|
|
|
|
|
by bunderbunder
2785 days ago
|
|
Logistic regression isn't sexy, but it can still achieve near state-of-the-art results, is reasonably resistant to bias^H^H^H^H variance, and generates parameters that you can easily explain to someone with no background in math. There's a lot of value in all that. Especially if your deliverable is something that a business is going to use, and not just a Kaggle entry. |
|
I know it _seems_ that way, but there's a surprising amount of nuance there and I think we're both fooling and limiting ourselves by letting this idea fester.
For one, unlike linear regression, logistic regression estimates aren't collapsible, so you can NOT interpret them as "changing this input by X changes the output by Y". That's only true if your set of covariates is perfect, which is never true, though in practice this interpretation might not be _that_ far off.

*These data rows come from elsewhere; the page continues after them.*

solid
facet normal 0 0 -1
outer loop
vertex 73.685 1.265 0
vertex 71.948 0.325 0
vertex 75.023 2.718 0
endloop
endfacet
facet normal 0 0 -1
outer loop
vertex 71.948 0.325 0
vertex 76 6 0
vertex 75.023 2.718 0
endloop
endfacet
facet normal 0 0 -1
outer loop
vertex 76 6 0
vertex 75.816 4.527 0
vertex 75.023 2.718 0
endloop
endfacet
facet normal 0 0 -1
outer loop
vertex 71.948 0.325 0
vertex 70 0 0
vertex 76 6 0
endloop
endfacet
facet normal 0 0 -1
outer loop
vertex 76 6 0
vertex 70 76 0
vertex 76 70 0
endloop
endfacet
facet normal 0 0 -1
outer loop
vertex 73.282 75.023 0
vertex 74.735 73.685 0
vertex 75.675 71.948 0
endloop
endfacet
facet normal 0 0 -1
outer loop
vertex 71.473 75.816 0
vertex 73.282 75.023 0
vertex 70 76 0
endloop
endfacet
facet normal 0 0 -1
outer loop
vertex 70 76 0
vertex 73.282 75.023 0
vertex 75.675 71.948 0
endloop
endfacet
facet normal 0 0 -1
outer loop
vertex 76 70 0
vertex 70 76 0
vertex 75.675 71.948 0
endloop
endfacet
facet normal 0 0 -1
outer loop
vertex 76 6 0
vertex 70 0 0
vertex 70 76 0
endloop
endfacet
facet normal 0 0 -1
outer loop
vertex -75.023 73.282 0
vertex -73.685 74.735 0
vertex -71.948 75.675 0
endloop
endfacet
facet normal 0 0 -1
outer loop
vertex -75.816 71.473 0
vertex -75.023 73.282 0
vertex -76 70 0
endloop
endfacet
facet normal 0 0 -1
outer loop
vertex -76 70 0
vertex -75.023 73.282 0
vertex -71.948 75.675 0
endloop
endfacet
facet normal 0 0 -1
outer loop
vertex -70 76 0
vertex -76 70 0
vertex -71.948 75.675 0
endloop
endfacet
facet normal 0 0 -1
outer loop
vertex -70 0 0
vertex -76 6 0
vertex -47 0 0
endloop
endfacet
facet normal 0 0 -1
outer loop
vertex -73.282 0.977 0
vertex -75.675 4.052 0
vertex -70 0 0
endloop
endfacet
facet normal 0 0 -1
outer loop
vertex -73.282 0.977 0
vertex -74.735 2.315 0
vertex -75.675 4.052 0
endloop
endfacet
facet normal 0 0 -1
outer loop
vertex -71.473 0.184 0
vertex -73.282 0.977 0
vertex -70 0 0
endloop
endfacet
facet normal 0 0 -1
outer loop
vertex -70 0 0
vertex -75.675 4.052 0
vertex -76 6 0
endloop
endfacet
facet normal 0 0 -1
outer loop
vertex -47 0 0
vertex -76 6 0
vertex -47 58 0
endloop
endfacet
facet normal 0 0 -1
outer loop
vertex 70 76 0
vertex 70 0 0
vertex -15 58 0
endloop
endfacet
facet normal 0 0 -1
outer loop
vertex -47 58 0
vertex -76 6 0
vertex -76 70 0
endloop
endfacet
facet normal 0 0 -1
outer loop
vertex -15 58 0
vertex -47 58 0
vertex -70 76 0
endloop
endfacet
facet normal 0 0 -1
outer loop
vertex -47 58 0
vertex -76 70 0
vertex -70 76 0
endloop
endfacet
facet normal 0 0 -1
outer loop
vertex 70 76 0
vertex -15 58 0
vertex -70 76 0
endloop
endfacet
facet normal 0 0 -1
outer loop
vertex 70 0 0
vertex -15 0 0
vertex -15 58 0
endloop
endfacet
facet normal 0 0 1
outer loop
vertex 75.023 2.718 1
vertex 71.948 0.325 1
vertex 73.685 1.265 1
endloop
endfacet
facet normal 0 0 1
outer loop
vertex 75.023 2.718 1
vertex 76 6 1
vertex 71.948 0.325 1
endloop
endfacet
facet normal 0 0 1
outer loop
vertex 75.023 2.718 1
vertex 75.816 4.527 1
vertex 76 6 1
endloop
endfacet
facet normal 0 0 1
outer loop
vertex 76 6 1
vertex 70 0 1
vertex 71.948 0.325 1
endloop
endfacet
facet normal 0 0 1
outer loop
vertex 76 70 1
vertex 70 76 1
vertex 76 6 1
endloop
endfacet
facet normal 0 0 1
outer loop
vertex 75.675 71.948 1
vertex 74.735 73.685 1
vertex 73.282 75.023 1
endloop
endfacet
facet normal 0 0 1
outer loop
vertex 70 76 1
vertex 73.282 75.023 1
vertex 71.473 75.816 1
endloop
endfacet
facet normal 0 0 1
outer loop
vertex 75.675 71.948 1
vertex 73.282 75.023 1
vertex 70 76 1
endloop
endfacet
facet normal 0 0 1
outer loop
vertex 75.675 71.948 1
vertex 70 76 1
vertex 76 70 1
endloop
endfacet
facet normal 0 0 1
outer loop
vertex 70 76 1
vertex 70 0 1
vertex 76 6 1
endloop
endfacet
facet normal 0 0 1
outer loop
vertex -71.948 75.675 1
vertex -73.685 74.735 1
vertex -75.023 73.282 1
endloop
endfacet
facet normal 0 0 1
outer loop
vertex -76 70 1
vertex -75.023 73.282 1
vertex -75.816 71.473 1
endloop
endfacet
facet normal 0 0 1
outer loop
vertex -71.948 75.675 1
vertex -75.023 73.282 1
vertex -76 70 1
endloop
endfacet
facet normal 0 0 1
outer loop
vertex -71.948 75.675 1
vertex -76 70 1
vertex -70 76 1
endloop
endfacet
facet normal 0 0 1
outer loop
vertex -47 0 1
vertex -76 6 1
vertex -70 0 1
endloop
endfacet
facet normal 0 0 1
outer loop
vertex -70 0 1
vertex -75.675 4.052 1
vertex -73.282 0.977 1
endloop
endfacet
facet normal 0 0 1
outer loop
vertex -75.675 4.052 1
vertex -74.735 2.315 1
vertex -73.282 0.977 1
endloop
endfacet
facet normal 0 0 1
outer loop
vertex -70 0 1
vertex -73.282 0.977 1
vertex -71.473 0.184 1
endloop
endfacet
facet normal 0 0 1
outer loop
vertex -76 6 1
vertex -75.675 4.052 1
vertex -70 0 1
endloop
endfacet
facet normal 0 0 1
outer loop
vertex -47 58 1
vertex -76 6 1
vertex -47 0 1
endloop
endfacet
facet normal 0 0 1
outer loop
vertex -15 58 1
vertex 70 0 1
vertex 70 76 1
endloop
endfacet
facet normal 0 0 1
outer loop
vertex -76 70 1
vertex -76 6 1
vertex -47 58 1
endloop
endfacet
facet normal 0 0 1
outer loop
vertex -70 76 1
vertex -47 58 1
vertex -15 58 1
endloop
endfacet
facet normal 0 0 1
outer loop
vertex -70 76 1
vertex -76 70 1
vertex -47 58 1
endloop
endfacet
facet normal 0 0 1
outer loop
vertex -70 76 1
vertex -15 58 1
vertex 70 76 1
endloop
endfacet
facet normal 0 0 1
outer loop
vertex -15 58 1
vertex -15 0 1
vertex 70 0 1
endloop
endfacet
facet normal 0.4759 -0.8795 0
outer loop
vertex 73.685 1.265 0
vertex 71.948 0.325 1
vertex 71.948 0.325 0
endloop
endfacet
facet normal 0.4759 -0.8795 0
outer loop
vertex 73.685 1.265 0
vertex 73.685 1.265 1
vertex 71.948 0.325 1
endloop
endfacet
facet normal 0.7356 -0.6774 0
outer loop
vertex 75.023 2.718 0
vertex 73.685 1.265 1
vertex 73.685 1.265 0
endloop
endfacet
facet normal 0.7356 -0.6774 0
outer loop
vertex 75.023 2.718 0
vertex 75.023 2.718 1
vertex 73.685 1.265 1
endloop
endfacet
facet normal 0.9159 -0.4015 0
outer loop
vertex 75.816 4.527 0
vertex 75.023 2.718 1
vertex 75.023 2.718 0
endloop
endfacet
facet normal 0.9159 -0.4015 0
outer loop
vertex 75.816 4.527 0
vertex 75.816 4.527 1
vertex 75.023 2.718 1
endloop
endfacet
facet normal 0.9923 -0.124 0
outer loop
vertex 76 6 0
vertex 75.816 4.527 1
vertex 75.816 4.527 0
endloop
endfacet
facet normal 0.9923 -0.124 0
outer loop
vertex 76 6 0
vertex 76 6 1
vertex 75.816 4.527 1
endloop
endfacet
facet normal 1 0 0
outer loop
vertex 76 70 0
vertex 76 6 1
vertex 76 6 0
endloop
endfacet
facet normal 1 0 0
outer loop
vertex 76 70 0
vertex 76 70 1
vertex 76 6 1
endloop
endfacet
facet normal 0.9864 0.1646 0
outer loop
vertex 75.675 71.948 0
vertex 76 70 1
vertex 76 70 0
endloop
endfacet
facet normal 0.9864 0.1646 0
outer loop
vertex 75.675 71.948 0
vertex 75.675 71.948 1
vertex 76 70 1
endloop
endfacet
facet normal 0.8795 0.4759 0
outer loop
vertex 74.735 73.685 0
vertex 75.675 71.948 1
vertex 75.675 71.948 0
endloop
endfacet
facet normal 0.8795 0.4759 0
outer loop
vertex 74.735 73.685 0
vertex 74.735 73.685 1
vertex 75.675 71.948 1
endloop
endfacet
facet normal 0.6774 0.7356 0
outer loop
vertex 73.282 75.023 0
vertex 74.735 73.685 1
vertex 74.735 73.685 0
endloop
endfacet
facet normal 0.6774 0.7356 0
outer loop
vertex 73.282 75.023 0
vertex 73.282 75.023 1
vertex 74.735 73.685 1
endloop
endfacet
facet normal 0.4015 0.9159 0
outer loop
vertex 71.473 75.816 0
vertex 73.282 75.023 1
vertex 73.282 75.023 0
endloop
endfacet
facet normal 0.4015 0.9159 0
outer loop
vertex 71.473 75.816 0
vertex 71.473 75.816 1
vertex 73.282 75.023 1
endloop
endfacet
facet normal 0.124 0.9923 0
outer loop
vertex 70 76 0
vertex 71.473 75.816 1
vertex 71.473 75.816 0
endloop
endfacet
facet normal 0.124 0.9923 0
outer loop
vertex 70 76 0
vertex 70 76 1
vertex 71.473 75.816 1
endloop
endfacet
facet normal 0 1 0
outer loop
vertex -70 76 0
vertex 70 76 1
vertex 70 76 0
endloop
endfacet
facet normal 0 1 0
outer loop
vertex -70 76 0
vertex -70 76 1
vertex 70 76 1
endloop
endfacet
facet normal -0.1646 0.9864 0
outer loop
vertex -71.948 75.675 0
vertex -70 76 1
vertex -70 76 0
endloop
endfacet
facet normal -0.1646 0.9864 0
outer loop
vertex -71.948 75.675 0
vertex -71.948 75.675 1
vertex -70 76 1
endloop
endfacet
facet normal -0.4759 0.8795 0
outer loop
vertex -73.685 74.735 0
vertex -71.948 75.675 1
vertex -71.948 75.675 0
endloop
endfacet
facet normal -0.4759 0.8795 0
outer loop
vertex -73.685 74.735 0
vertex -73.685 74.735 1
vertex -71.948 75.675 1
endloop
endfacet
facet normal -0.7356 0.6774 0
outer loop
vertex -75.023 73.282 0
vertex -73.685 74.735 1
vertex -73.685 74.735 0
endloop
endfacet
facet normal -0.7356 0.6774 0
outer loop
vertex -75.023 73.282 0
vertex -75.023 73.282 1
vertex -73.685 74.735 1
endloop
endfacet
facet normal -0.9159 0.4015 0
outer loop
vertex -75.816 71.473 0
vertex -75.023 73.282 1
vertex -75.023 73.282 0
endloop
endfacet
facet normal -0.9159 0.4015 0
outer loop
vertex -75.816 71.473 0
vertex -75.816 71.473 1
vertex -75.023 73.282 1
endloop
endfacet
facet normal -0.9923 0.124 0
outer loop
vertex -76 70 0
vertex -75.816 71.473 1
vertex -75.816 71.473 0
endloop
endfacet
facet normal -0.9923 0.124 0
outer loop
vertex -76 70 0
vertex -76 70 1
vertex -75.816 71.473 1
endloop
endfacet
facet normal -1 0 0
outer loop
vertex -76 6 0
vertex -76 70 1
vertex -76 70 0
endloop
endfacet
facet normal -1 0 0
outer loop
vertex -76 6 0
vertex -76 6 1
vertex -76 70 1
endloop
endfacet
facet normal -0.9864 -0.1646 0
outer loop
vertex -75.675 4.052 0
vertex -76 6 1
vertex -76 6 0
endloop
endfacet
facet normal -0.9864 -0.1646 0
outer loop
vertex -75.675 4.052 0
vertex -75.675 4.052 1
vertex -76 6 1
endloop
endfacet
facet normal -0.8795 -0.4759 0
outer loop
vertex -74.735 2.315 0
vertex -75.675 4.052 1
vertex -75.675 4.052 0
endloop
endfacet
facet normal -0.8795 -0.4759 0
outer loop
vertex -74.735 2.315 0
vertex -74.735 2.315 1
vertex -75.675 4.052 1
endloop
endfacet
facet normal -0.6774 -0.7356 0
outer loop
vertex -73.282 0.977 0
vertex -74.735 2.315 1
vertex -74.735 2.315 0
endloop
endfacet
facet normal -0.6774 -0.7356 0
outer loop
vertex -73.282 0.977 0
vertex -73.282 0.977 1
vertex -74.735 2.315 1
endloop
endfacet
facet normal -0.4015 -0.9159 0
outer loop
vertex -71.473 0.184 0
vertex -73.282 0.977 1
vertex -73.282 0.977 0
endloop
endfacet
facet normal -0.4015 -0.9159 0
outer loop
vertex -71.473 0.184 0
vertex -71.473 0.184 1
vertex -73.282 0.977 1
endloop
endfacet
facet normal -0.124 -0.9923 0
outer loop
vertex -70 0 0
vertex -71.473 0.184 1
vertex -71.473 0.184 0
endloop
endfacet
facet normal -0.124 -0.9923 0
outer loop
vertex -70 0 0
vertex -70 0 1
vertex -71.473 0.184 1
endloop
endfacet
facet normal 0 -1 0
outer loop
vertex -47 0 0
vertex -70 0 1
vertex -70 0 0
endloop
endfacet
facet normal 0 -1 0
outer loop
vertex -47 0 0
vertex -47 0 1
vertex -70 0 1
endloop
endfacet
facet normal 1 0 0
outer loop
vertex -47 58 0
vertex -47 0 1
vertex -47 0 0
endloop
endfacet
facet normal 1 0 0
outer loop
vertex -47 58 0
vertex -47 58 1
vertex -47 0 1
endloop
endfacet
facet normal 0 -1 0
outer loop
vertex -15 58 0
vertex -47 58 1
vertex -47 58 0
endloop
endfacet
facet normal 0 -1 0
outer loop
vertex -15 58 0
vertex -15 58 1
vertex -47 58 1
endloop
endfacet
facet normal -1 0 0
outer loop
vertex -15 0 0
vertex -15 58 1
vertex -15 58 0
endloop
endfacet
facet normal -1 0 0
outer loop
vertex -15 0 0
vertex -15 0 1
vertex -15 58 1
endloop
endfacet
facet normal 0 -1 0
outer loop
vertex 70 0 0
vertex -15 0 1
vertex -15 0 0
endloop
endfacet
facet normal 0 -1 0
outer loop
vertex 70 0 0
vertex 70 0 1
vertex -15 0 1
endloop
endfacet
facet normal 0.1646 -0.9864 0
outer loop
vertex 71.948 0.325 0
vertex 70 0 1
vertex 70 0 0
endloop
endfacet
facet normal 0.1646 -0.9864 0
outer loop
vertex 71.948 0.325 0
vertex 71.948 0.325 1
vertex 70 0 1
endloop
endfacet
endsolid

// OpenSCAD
// ============================================================================
//  CATERHAM 420R S3 — TRANSMISSION TUNNEL STORAGE TRAY
//  Single-piece open tray that sits on the transmission tunnel, pushed
//  forward against the firewall.  Attaches via velcro on the front wall (to
//  the firewall) and silicone/rubber friction pads on the underside (no
//  adhesive on the leather tunnel cover).  A U-shaped notch at the front-
//  right clears the wiring harness tube.
//
//  COORDINATE SYSTEM:
//    Origin = centre of the firewall edge of the tray (Y=0)
//    +X = right (passenger side),  +Y = toward shifter,  +Z = up
//
//  PRINTING:
//    ASA or PETG (never PLA).  Print face-down (walls up).
//    No supports needed.  ≥4 walls, 25–30 % infill.
// ============================================================================

MODE = "test_plate";  // "assembled" | "exploded" | "test_plate"

/* ============================ DIMENSIONS ================================ */
// Tray
tray_w     = 152;    // tray width left-right            (6")
tray_l     = 178;    // tray length firewall→shifter     (7")
wall       = 3;      // wall thickness
floor_t    = 3;      // floor thickness
side_h     = 27;     // side wall height above floor (clears 1" velcro strip)
corner_r   = 6;      // outer corner radius (mm)

// Wiring tube notch (at the firewall edge, right side of centre)
notch_w    = 32;     // notch width  (tube 23 mm + slop)  (1.25")
notch_d    = 58;     // notch depth from firewall         (2.25")
notch_off  = -31;    // notch centre offset from tray centre (+X = right)

/* ============================ DERIVED =================================== */
_iw = tray_w - 2*wall;                // interior width
_il = tray_l - 2*wall;                // interior length
_notch_l = notch_off - notch_w/2;     // notch left edge (from centre)

/* ============================ 3D HELPERS =============================== */
module rbox(w, l, h, r) {
    // Rounded box centred at origin
    linear_extrude(h, center = true)
        offset(r = r) square([w - 2*r, l - 2*r], center = true);
}

/* ============================ TRAY BODY ================================= */
// Build the tray by starting with a solid rounded block, then subtracting
// the interior cavity and the notch as 3D boxes — avoids nested 2D CSG
// which can produce rendering artifacts.

_total_h = floor_t + side_h;
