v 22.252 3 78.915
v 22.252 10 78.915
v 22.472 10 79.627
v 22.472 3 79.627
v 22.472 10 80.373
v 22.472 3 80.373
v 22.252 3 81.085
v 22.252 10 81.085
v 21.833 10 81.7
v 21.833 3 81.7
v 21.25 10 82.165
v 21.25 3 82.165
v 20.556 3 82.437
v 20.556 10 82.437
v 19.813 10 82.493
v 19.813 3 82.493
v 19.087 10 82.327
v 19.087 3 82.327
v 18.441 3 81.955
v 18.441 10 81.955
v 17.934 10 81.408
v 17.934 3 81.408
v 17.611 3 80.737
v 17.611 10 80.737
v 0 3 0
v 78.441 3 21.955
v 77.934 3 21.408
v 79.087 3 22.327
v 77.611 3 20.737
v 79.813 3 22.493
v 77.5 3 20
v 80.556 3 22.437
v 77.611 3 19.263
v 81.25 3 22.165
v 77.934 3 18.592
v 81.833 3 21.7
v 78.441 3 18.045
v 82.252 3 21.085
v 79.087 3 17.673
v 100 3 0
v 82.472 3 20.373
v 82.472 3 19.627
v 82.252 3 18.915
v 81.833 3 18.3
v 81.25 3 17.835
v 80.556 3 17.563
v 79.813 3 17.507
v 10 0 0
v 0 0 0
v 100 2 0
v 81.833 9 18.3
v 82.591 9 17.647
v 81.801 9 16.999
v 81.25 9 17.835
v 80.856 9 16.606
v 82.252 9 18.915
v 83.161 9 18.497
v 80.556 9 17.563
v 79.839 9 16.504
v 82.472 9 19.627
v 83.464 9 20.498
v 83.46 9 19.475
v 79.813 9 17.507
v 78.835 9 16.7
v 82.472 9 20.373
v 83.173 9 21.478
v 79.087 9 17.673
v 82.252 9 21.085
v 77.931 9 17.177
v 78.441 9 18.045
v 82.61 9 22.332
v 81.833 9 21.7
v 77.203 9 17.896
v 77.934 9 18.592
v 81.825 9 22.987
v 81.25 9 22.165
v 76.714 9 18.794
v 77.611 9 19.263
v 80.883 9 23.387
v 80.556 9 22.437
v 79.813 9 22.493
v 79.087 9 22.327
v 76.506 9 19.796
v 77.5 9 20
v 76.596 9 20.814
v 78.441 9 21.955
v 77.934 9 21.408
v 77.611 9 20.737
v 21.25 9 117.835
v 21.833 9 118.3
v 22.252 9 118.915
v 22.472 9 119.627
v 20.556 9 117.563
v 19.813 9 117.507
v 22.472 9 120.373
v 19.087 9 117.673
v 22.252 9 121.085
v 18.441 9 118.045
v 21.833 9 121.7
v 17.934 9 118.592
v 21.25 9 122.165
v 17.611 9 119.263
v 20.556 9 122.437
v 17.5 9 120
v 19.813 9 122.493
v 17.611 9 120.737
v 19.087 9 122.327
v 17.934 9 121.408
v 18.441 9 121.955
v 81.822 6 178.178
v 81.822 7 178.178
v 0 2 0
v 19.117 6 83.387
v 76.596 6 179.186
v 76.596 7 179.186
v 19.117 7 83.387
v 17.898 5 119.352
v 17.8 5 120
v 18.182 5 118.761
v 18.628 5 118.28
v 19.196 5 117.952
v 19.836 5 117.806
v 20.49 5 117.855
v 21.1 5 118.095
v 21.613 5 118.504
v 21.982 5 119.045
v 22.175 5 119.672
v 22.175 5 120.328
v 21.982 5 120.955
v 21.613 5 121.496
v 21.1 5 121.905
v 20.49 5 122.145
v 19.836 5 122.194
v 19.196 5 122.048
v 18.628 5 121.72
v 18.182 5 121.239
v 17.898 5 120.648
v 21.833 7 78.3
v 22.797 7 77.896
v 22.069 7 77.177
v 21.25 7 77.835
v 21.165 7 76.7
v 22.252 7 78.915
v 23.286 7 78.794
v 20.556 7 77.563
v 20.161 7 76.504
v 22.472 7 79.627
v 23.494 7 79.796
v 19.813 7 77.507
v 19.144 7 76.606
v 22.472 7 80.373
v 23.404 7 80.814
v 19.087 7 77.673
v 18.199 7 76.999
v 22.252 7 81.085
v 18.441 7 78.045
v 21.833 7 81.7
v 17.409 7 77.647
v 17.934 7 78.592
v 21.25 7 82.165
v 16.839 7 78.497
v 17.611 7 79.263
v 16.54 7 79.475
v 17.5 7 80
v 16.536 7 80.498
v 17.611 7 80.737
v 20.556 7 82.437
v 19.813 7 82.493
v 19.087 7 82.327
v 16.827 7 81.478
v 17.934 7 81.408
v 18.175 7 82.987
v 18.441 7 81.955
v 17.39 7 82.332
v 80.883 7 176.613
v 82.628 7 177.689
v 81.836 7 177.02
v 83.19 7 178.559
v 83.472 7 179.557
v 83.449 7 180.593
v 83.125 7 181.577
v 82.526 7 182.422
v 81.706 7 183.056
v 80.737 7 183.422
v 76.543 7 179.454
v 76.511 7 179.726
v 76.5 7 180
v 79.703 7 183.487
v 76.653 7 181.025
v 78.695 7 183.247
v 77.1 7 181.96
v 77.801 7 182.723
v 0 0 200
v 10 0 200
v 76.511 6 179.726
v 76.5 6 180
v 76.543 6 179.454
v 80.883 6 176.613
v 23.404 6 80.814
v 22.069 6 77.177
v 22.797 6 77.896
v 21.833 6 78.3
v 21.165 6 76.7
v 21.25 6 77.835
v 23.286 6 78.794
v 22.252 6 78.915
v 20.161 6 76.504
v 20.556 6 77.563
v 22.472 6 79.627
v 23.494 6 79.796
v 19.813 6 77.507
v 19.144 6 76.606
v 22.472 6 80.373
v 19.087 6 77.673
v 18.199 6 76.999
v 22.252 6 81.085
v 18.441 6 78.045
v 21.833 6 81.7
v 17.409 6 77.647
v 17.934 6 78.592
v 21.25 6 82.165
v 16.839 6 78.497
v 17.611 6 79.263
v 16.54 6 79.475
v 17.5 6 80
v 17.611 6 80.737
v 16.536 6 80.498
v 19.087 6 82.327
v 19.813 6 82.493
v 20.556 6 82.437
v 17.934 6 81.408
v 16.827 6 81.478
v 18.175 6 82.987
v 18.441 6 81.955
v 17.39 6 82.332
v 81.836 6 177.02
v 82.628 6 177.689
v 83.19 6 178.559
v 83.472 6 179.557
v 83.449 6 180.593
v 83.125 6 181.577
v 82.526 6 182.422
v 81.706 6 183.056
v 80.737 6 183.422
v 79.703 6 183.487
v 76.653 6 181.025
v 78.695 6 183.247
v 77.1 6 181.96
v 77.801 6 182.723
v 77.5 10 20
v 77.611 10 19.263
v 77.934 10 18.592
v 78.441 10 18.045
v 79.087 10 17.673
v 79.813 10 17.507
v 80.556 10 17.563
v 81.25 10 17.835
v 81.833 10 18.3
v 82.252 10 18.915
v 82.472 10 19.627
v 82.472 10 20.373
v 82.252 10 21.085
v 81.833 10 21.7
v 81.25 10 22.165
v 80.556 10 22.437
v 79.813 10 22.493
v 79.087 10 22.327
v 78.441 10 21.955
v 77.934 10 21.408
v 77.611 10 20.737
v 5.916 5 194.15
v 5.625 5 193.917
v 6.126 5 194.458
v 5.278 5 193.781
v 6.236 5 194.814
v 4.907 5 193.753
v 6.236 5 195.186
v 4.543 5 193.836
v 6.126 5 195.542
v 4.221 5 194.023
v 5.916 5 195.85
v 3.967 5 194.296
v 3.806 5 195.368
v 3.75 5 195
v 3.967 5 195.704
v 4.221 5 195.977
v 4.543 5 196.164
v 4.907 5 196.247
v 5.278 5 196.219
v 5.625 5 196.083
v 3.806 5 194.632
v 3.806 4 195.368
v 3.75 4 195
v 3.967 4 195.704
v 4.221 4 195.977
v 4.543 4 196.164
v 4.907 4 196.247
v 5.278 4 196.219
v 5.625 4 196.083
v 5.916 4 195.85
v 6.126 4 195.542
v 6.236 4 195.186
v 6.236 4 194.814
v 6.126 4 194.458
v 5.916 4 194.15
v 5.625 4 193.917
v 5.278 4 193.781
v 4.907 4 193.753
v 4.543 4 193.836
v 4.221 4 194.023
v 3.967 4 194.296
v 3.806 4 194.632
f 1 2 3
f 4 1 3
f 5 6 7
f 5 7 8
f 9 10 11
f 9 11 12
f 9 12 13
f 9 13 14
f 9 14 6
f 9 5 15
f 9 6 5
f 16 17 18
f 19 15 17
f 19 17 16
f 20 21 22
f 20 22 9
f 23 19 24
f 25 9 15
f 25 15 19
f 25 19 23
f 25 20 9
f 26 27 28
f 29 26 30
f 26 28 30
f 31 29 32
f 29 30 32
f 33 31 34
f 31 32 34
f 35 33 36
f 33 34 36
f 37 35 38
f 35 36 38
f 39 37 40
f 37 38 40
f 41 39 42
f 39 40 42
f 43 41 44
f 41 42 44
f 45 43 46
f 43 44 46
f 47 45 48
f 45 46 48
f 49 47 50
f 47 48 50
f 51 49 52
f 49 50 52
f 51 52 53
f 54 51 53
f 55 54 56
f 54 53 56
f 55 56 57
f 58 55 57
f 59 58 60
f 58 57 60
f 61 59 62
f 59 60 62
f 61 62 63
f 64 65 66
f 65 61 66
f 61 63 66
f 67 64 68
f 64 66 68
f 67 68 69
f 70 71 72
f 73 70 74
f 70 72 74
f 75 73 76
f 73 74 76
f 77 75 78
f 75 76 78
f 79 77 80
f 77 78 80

Another issue I see is practitioners not being aware of scaled/unscaled estimates; I've seen real papers from AI groups use logistic regression estimates like feature importance rankings, but using estimates in the scale of the original features, and not understanding the distinction when confronted about it.
From a practical sense, I think practitioners are much better served using random forests as their initial exploratory models. Less effort for results that are in practice at least as good as a well-prepped logit. Plenty issues with feature importance there, but not any worse than with logistic regression.